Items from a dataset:
----------------

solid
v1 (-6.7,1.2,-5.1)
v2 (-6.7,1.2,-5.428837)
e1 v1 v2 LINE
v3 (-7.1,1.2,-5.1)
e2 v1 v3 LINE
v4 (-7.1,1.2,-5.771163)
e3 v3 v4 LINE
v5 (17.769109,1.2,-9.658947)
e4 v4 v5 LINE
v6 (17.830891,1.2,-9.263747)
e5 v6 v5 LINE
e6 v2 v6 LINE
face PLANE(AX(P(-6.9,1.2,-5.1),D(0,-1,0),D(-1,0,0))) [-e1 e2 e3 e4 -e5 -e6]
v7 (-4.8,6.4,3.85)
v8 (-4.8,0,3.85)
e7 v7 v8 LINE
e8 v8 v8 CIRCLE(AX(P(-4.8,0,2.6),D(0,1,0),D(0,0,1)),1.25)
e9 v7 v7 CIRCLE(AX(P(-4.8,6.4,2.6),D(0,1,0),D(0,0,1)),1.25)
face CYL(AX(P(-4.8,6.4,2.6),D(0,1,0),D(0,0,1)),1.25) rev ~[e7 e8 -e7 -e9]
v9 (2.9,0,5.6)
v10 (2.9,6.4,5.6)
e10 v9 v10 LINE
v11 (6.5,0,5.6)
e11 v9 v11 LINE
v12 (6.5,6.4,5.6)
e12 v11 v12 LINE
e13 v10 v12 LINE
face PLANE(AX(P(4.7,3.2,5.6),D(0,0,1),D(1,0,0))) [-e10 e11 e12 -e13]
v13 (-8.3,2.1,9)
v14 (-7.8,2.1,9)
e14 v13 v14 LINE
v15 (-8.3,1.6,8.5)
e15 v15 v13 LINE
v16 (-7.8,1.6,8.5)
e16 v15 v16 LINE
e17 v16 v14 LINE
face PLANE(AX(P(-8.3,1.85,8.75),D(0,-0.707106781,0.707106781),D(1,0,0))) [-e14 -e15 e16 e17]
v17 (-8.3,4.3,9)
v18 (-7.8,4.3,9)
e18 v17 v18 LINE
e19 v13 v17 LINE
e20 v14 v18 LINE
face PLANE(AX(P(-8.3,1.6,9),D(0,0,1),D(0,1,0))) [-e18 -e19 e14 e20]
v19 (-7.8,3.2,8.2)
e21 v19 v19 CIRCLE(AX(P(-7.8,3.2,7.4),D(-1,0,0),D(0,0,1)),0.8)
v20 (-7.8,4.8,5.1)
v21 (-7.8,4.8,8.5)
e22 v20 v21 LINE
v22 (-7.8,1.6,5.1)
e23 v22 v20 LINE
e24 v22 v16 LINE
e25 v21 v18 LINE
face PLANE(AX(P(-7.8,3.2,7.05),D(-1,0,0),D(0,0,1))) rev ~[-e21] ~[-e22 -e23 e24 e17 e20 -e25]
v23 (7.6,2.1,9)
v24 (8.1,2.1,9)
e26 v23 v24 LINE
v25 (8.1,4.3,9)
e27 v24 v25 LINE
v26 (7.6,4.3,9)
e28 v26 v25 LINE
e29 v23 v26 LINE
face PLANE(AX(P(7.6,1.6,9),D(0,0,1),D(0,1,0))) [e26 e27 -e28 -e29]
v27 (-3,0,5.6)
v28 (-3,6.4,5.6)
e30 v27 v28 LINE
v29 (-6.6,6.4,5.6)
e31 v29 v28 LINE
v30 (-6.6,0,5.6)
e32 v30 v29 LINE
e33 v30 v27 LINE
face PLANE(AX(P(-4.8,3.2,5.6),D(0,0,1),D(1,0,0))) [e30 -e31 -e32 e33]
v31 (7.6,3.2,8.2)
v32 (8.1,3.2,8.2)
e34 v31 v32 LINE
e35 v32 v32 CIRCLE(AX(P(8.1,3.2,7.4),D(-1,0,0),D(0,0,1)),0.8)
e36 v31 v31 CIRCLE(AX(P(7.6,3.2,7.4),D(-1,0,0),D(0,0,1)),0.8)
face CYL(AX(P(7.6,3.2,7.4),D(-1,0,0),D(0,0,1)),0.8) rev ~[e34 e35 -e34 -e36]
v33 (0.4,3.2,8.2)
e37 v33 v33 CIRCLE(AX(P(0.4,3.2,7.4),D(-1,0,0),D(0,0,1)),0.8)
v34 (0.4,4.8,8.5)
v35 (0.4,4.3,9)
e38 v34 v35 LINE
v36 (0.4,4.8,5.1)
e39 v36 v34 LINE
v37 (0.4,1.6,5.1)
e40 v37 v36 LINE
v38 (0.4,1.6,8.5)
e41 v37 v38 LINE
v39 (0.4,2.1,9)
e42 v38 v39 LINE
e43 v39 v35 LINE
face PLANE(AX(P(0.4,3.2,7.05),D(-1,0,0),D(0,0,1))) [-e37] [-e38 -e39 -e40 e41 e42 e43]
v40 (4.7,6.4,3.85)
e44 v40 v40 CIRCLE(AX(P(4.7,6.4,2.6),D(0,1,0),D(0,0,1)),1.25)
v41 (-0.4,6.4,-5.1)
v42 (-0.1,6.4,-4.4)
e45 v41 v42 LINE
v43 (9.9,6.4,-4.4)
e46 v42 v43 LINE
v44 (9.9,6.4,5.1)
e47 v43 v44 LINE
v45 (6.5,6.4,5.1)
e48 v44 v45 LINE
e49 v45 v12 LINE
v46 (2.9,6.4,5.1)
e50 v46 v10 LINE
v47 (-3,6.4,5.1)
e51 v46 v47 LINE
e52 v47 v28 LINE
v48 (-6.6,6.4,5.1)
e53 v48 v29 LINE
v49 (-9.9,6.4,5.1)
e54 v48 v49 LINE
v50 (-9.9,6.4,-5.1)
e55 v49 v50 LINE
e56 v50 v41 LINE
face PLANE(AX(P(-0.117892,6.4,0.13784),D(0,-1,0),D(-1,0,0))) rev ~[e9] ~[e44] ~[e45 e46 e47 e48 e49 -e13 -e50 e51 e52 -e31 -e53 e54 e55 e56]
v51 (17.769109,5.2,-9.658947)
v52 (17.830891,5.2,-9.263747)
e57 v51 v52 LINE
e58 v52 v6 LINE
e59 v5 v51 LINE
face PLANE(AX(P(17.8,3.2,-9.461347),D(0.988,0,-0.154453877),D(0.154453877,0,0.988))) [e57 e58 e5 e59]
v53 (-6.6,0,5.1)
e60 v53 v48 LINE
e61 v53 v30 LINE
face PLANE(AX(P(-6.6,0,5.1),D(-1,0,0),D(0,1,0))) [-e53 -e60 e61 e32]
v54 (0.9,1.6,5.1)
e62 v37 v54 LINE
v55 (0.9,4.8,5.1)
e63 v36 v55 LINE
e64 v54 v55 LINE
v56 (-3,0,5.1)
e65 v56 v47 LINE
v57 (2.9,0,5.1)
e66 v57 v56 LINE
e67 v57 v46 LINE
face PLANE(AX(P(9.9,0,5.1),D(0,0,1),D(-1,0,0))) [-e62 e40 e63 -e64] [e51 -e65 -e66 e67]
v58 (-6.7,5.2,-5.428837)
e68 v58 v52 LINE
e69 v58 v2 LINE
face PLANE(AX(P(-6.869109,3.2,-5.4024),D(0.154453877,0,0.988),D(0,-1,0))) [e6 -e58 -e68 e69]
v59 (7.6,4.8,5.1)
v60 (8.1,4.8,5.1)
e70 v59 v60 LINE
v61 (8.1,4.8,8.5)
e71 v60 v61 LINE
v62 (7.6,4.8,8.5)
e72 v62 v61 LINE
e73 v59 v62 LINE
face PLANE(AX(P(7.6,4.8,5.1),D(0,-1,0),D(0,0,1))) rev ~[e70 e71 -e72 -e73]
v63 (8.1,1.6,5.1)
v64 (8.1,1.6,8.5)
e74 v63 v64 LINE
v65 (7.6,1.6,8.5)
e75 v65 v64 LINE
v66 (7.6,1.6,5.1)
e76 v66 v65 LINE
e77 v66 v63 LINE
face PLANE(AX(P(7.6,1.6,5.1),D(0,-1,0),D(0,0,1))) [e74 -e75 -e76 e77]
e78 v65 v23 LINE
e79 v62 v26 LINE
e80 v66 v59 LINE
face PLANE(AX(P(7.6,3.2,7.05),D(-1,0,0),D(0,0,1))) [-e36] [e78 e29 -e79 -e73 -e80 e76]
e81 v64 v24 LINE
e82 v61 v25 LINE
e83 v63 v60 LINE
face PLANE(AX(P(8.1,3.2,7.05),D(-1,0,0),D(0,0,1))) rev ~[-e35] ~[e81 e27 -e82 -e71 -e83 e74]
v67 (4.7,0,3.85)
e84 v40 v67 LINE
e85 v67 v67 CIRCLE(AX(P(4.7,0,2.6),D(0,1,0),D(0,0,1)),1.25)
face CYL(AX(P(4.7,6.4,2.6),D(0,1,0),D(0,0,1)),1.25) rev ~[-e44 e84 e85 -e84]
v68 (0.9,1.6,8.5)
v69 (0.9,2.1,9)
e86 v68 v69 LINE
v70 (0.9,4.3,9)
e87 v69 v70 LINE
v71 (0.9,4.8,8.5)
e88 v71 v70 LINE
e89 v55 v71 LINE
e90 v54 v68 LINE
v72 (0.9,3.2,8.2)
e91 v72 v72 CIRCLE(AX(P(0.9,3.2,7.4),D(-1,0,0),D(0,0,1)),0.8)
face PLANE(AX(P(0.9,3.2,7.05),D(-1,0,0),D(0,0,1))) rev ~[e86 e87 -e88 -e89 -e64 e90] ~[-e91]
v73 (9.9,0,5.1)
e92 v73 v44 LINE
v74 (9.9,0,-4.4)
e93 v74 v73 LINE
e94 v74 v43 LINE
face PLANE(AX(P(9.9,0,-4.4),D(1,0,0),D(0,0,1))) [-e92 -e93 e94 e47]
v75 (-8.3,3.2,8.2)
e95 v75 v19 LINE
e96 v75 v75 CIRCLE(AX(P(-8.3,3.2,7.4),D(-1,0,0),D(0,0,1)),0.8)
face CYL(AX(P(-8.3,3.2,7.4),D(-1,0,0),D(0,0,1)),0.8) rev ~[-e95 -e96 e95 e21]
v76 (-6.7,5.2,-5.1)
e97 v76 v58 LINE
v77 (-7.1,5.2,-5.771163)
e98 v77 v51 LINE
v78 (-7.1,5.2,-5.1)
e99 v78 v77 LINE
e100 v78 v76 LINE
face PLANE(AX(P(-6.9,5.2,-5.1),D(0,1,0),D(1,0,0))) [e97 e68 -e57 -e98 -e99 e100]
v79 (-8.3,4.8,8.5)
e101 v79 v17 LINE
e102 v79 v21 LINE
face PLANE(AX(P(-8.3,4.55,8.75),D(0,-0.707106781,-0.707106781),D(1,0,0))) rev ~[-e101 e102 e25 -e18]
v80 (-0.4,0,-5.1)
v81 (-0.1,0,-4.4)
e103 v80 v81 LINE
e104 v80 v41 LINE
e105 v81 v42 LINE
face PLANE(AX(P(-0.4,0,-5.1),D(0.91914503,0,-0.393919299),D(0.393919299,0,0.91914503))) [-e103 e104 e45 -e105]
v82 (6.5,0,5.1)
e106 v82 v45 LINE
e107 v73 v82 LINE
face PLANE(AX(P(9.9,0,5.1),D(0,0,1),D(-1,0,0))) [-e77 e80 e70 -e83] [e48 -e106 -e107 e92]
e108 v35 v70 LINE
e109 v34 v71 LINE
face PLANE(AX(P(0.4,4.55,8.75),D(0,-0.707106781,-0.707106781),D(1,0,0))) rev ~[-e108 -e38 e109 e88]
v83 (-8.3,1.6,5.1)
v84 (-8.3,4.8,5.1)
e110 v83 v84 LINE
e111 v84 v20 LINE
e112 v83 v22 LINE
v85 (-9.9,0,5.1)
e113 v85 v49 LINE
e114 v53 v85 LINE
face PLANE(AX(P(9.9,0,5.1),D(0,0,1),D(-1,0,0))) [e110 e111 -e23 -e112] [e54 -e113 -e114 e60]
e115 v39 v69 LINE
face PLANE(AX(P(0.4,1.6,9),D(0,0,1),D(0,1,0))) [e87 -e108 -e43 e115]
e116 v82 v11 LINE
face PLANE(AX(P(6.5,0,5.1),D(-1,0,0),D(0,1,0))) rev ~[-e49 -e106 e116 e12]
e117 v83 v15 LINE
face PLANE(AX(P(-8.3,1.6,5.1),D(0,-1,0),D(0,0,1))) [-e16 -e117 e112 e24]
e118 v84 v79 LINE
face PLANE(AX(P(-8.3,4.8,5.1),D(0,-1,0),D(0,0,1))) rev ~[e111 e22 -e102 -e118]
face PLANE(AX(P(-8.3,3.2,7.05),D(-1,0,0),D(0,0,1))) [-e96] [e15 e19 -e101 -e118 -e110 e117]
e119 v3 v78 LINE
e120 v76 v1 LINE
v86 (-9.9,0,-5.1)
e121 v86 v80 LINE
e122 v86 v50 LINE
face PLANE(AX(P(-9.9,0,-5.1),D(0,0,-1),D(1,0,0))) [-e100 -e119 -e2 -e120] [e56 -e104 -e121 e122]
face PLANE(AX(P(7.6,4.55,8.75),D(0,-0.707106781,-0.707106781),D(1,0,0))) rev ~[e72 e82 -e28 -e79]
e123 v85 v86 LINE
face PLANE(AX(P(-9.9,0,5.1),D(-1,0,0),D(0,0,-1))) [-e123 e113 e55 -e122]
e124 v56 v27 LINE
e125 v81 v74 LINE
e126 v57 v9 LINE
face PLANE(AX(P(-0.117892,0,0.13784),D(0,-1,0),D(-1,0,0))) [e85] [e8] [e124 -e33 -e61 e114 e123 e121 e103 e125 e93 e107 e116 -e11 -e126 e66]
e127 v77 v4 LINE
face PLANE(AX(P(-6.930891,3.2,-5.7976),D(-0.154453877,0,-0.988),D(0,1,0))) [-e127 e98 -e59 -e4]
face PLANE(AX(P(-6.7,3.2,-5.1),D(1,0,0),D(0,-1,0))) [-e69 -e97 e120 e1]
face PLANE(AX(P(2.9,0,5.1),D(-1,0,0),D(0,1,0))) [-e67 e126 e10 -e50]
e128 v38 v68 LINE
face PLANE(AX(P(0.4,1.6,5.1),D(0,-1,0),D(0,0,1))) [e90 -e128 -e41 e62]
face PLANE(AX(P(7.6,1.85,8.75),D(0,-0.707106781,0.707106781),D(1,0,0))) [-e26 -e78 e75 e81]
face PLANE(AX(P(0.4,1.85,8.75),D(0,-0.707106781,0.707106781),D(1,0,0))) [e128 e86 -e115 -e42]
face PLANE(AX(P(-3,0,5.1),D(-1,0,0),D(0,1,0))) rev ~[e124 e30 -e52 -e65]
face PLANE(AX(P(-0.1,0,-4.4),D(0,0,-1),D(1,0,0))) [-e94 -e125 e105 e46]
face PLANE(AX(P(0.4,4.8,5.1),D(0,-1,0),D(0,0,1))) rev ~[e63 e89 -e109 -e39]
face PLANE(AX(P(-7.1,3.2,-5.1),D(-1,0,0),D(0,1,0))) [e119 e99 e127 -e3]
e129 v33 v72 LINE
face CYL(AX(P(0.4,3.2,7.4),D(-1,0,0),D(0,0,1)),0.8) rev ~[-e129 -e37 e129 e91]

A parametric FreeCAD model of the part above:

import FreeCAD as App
import Part
import Sketcher

V = App.Vector
Q = App.Units.Quantity


def edges_at(feature, points):
    """Names of the edges that pass closest to the given points."""
    edges = feature.Shape.Edges
    near = lambda p: min(range(len(edges)), key=lambda i: edges[i].distToShape(Part.Vertex(*p))[0])
    return sorted({f"Edge{near(p) + 1}" for p in points})

doc = App.newDocument("Part")
body = doc.addObject("PartDesign::Body", "Body")

# Sketch on XZ plane
sketch1 = doc.addObject("Sketcher::SketchObject", "Sketch")
body.addObject(sketch1)
sketch1.AttachmentSupport = (doc.XZ_Plane, [""])
sketch1.MapMode = "FlatFace"
sketch1.addGeometry([
    Part.LineSegment(V(-0.1, -4.4, 0), V(-0.4, -5.1, 0)),  # 0
    Part.LineSegment(V(-0.4, -5.1, 0), V(-9.9, -5.1, 0)),  # 1
    Part.LineSegment(V(-9.9, -5.1, 0), V(-9.9, 5.1, 0)),  # 2
    Part.LineSegment(V(-9.9, 5.1, 0), V(9.9, 5.1, 0)),  # 3
    Part.LineSegment(V(9.9, 5.1, 0), V(9.9, -4.4, 0)),  # 4
    Part.LineSegment(V(9.9, -4.4, 0), V(-0.1, -4.4, 0)),  # 5
], False)
sketch1.addConstraint([
    Sketcher.Constraint("Coincident", 0, 2, 1, 1),
    Sketcher.Constraint("Coincident", 1, 2, 2, 1),
    Sketcher.Constraint("Coincident", 2, 2, 3, 1),
    Sketcher.Constraint("Coincident", 3, 2, 4, 1),
    Sketcher.Constraint("Coincident", 4, 2, 5, 1),
    Sketcher.Constraint("Coincident", 5, 2, 0, 1),
    Sketcher.Constraint("Horizontal", 1),
    Sketcher.Constraint("Vertical", 2),
    Sketcher.Constraint("Horizontal", 3),
    Sketcher.Constraint("Vertical", 4),
    Sketcher.Constraint("Horizontal", 5),
    Sketcher.Constraint("Symmetric", 1, 2, 3, 2, -1, 1),
    Sketcher.Constraint("Equal", 1, 4),
    Sketcher.Constraint("DistanceX", 5, 2, 5, 1, Q("10 mm")),
    Sketcher.Constraint("DistanceX", 1, 2, 1, 1, Q("9.5 mm")),
    Sketcher.Constraint("DistanceX", 3, 1, 3, 2, Q("19.8 mm")),
    Sketcher.Constraint("DistanceY", 2, 1, 2, 2, Q("10.2 mm")),
])
pad1 = doc.addObject("PartDesign::Pad", "Pad")
body.addObject(pad1)
pad1.Profile = sketch1
pad1.Length = 6.4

----------------

→ **Instructions for the task**
Only the lines from the first line of the records through the line containing "e25 v21 v18 LINE" should be repeated, exactly as they appear.

→ **Result for this task**
solid
v1 (-6.7,1.2,-5.1)
v2 (-6.7,1.2,-5.428837)
e1 v1 v2 LINE
v3 (-7.1,1.2,-5.1)
e2 v1 v3 LINE
v4 (-7.1,1.2,-5.771163)
e3 v3 v4 LINE
v5 (17.769109,1.2,-9.658947)
e4 v4 v5 LINE
v6 (17.830891,1.2,-9.263747)
e5 v6 v5 LINE
e6 v2 v6 LINE
face PLANE(AX(P(-6.9,1.2,-5.1),D(0,-1,0),D(-1,0,0))) [-e1 e2 e3 e4 -e5 -e6]
v7 (-4.8,6.4,3.85)
v8 (-4.8,0,3.85)
e7 v7 v8 LINE
e8 v8 v8 CIRCLE(AX(P(-4.8,0,2.6),D(0,1,0),D(0,0,1)),1.25)
e9 v7 v7 CIRCLE(AX(P(-4.8,6.4,2.6),D(0,1,0),D(0,0,1)),1.25)
face CYL(AX(P(-4.8,6.4,2.6),D(0,1,0),D(0,0,1)),1.25) rev ~[e7 e8 -e7 -e9]
v9 (2.9,0,5.6)
v10 (2.9,6.4,5.6)
e10 v9 v10 LINE
v11 (6.5,0,5.6)
e11 v9 v11 LINE
v12 (6.5,6.4,5.6)
e12 v11 v12 LINE
e13 v10 v12 LINE
face PLANE(AX(P(4.7,3.2,5.6),D(0,0,1),D(1,0,0))) [-e10 e11 e12 -e13]
v13 (-8.3,2.1,9)
v14 (-7.8,2.1,9)
e14 v13 v14 LINE
v15 (-8.3,1.6,8.5)
e15 v15 v13 LINE
v16 (-7.8,1.6,8.5)
e16 v15 v16 LINE
e17 v16 v14 LINE
face PLANE(AX(P(-8.3,1.85,8.75),D(0,-0.707106781,0.707106781),D(1,0,0))) [-e14 -e15 e16 e17]
v17 (-8.3,4.3,9)
v18 (-7.8,4.3,9)
e18 v17 v18 LINE
e19 v13 v17 LINE
e20 v14 v18 LINE
face PLANE(AX(P(-8.3,1.6,9),D(0,0,1),D(0,1,0))) [-e18 -e19 e14 e20]
v19 (-7.8,3.2,8.2)
e21 v19 v19 CIRCLE(AX(P(-7.8,3.2,7.4),D(-1,0,0),D(0,0,1)),0.8)
v20 (-7.8,4.8,5.1)
v21 (-7.8,4.8,8.5)
e22 v20 v21 LINE
v22 (-7.8,1.6,5.1)
e23 v22 v20 LINE
e24 v22 v16 LINE
e25 v21 v18 LINE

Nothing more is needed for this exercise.